On the performance of successive interference cancellation in random access networks

Successive Interference Cancellation (SIC) is a physical-layer technique that enables reception of multiple overlapping transmissions. While SIC has the potential to boost the network throughput, if the MAC protocol employed in the network is agnostic to such a capability at the physical-layer, the full potential of SIC can not be utilized in the network. There have been a number of studies to design new SIC-aware MAC protocols or adjust the existing protocols to exploit SIC. Despite that, the exact effect of MAC protocols on the throughput of SIC-enabled networks is unknown. In this paper, we propose a novel SIC-aware MAC protocol based on the disparity of user channels in a wireless network and analyze its performance. We consider a simple random access protocol with no SIC as the base configuration and compare it with three other configurations with different levels of SIC-awareness.
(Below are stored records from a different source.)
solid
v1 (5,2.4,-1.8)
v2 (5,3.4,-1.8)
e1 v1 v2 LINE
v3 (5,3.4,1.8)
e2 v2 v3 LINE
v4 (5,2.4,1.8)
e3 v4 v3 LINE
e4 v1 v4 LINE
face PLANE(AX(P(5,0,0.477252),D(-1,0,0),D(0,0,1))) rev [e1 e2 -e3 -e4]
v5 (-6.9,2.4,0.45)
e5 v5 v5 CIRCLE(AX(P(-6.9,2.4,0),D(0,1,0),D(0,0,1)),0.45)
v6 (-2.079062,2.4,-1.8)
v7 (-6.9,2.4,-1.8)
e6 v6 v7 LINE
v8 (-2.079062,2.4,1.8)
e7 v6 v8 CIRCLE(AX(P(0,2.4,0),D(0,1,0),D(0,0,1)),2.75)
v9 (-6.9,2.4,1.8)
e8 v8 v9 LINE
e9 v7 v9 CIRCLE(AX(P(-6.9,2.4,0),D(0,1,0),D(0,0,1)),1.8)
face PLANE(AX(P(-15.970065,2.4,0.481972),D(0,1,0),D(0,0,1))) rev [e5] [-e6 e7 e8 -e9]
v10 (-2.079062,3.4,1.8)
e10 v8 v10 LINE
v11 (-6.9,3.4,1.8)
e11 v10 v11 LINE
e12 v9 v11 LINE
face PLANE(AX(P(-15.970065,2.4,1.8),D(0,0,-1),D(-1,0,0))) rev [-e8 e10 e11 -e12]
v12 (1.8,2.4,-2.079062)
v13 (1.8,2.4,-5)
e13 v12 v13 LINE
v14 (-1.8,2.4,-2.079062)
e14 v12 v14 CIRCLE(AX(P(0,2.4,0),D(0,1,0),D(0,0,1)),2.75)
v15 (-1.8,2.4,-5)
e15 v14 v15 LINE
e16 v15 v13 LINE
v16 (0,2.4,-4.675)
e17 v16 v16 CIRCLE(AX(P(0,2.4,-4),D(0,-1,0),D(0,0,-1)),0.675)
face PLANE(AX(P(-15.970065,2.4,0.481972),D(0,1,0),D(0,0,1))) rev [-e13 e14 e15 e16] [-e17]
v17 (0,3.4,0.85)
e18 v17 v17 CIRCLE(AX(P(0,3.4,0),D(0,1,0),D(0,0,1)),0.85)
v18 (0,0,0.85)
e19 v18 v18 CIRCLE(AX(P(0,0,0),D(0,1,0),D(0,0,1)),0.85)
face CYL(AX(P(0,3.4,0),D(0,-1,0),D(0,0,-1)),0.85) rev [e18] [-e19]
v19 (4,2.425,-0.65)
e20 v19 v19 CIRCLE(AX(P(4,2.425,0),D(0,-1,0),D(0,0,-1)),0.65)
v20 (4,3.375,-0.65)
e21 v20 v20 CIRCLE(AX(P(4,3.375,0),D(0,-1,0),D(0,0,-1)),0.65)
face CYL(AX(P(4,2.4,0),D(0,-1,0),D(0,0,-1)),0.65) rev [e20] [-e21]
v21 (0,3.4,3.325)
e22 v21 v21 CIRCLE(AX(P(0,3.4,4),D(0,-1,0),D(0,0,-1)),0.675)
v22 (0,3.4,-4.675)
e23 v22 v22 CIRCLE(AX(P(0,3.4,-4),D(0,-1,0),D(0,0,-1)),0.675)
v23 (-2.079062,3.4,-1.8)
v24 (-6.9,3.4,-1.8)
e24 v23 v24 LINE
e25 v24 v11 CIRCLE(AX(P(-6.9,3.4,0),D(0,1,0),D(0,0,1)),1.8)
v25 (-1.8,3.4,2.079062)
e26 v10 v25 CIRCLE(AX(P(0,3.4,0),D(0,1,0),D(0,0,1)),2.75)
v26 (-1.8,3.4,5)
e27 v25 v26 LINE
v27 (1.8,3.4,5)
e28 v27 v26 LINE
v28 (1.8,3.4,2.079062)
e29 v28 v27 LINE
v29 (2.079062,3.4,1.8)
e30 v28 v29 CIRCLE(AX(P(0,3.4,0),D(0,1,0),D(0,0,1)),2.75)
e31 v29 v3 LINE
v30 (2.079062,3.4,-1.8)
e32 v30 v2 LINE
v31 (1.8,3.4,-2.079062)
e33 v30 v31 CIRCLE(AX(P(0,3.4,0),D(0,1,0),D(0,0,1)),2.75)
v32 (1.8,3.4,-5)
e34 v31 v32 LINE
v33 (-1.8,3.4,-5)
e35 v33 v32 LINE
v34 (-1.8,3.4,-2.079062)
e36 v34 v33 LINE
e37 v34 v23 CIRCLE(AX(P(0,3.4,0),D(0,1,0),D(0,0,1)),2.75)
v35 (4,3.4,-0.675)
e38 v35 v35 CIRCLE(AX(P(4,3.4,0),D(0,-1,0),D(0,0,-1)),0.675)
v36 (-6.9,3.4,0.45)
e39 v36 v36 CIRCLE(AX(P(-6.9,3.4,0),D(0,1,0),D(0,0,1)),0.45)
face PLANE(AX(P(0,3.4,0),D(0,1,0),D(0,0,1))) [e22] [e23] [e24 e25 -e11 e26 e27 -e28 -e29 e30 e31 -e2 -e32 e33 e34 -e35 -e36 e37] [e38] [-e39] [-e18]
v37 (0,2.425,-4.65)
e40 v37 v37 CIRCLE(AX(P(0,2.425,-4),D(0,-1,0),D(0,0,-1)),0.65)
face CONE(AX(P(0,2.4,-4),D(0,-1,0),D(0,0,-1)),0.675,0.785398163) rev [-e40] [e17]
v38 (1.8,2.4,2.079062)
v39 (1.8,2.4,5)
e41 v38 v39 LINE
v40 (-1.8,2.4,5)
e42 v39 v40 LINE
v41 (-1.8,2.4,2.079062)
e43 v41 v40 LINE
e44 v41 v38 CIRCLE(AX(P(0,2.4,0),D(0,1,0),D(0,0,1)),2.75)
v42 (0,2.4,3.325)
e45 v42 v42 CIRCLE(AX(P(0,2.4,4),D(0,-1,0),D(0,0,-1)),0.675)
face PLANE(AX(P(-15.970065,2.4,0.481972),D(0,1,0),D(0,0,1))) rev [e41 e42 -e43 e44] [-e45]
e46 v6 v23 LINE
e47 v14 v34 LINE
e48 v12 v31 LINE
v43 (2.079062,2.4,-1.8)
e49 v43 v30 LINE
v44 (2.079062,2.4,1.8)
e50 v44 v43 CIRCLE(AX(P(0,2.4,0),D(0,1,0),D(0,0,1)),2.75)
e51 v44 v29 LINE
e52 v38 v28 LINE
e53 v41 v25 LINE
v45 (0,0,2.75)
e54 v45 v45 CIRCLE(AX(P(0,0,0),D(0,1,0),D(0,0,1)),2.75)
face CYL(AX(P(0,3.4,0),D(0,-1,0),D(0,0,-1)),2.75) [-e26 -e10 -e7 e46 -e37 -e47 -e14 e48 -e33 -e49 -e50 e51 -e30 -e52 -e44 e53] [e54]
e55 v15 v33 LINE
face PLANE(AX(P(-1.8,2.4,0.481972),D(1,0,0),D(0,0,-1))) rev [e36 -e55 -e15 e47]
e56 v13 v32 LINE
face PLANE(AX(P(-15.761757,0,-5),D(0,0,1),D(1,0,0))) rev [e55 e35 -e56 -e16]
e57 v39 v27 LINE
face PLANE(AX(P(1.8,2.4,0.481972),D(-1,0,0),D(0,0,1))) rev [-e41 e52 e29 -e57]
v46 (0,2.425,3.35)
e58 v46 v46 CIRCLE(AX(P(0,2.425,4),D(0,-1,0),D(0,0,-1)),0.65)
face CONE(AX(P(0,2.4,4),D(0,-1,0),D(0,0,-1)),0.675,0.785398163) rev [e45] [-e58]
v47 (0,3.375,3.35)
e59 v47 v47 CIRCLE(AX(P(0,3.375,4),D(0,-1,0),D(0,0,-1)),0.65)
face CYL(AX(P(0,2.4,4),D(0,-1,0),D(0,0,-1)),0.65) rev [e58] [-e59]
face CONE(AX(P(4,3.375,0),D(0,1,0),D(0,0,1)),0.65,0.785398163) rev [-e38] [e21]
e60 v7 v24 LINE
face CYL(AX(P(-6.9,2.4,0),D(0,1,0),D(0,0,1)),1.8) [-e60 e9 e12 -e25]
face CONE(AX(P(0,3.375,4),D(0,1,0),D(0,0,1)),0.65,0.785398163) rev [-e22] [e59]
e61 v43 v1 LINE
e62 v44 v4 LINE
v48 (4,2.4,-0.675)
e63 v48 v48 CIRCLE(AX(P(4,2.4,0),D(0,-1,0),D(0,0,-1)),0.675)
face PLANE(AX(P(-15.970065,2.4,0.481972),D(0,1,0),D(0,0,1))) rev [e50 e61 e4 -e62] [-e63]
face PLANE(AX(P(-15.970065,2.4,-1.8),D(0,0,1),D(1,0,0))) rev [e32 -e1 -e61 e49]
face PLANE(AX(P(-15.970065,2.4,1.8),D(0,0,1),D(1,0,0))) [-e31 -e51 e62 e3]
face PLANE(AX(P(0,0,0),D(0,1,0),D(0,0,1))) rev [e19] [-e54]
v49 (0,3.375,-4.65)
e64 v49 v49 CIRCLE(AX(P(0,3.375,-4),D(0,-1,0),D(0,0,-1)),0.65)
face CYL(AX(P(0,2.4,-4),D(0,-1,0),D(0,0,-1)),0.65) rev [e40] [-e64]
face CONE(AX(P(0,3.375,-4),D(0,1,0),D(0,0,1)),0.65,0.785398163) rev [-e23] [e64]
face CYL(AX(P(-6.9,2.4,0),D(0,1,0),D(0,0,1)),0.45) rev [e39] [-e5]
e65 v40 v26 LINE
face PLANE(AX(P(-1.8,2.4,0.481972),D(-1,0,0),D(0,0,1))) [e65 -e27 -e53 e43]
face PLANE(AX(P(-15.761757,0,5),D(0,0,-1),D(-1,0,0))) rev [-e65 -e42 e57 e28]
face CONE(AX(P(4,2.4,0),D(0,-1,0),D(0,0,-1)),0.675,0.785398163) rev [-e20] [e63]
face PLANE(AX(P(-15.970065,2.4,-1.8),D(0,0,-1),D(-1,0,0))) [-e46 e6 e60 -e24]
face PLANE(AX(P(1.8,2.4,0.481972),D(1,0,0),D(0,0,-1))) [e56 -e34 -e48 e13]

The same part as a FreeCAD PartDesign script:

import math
import FreeCAD as App
import Part
import Sketcher


def add_polygon(sketch, points):
    """Adds a closed chain of lines whose ends are joined by coincident constraints."""
    first, n = sketch.GeometryCount, len(points)
    for a, b in zip(points, points[1:] + points[:1]):
        sketch.addGeometry(Part.LineSegment(App.Vector(*a, 0), App.Vector(*b, 0)), False)
    for i in range(n):
        sketch.addConstraint(Sketcher.Constraint("Coincident", first + i, 2, first + (i + 1) % n, 1))

doc = App.newDocument("Part")
body = doc.addObject("PartDesign::Body", "Body")

# Sketch on XZ plane
sketch1 = body.newObject("Sketcher::SketchObject", "Sketch")
sketch1.AttachmentSupport = (doc.getObject("XZ_Plane"), [""])
sketch1.MapMode = "FlatFace"
sketch1.addGeometry(Part.Circle(App.Vector(0, 0, 0), App.Vector(0, 0, 1), 2.8), False)
sketch1.addGeometry(Part.Circle(App.Vector(0, 0, 0), App.Vector(0, 0, 1), 0.8), False)
sketch1.addConstraint(Sketcher.Constraint("Coincident", 0, 3, -1, 1))
sketch1.addConstraint(Sketcher.Constraint("Coincident", 1, 3, -1, 1))
sketch1.addConstraint(Sketcher.Constraint("Diameter", 0, 5.5))
sketch1.addConstraint(Sketcher.Constraint("Diameter", 1, 1.7))
pad1 = body.newObject("PartDesign::Pad", "Pad")
pad1.Profile = sketch1
pad1.Length = 3.4
pad1.Reversed = True

# Sketch on XZ plane
sketch2 = body.newObject("Sketcher::SketchObject", "Sketch001")
sketch2.AttachmentSupport = (doc.getObject("XZ_Plane"), [""])
sketch2.MapMode = "FlatFace"
sketch2.AttachmentOffset = App.Placement(App.Vector(0, 0, -3.4), App.Rotation())
sketch2.addGeometry(Part.LineSegment(App.Vector(6.9, -1.8, 0), App.Vector(2.08, -1.8, 0)), False)
sketch2.addGeometry(Part.ArcOfCircle(Part.Circle(App.Vector(0, 0, 0), App.Vector(0, 0, 1), 2.75), math.radians(-41), math.radians(41)), False)
sketch2.addGeometry(Part.LineSegment(App.Vector(2.08, 1.8, 0), App.Vector(6.9, 1.8, 0)), False)
sketch2.addGeometry(Part.ArcOfCircle(Part.Circle(App.Vector(6.9, 0, 0), App.Vector(0, 0, 1), 1.8), math.radians(-90), math.radians(90)), False)
sketch2.addGeometry(Part.Circle(App.Vector(6.9, 0, 0), App.Vector(0, 0, 1), 0.45), False)
sketch2.addGeometry(Part.ArcOfCircle(Part.Circle(App.Vector(0, 0, 0), App.Vector(0, 0, 1), 2.75), math.radians(-131), math.radians(-49)), False)
sketch2.addGeometry(Part.LineSegment(App.Vector(1.8, -2.08, 0), App.Vector(1.8, -6.9, 0)), False)
sketch2.addGeometry(Part.ArcOfCircle(Part.Circle(App.Vector(0, -6.9, 0), App.Vector(0, 0, 1), 1.8), math.radians(180), math.radians(360)), False)
sketch2.addGeometry(Part.LineSegment(App.Vector(-1.8, -6.9, 0), App.Vector(-1.8, -2.08, 0)), False)
sketch2.addGeometry(Part.Circle(App.Vector(0, -6.9, 0), App.Vector(0, 0, 1), 0.45), False)
sketch2.addGeometry(Part.LineSegment(App.Vector(1.8, 6.9, 0), App.Vector(1.8, 2.08, 0)), False)
sketch2.addGeometry(Part.ArcOfCircle(Part.Circle(App.Vector(0, 0, 0), App.Vector(0, 0, 1), 2.75), math.radians(49), math.radians(131)), False)
sketch2.addGeometry(Part.LineSegment(App.Vector(-1.8, 2.08, 0), App.Vector(-1.8, 6.9, 0)), False)
sketch2.addGeometry(Part.ArcOfCircle(Part.Circle(App.Vector(0, 6.9, 0), App.Vector(0, 0, 1), 1.8), math.radians(0), math.radians(180)), False)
We show that while a SIC-enabled physical layer without a SIC-aware MAC protocol can increase the throughput of the network by 1.5×, a specifically designed MAC protocol is far more efficient achieving up to 3.3× improvement in throughput. Our SIC-aware MAC protocol is fully distributed and hence subject to selfish behavior of users. Thus, we also consider the case where the users behave selfishly. We model our proposed protocol as a one-shot simultaneous move game and derive a mixed strategy Nash equilibrium. We also show that we can set the cost of packet transmission in such a way that we get the optimal system throughput at the Nash equilibrium.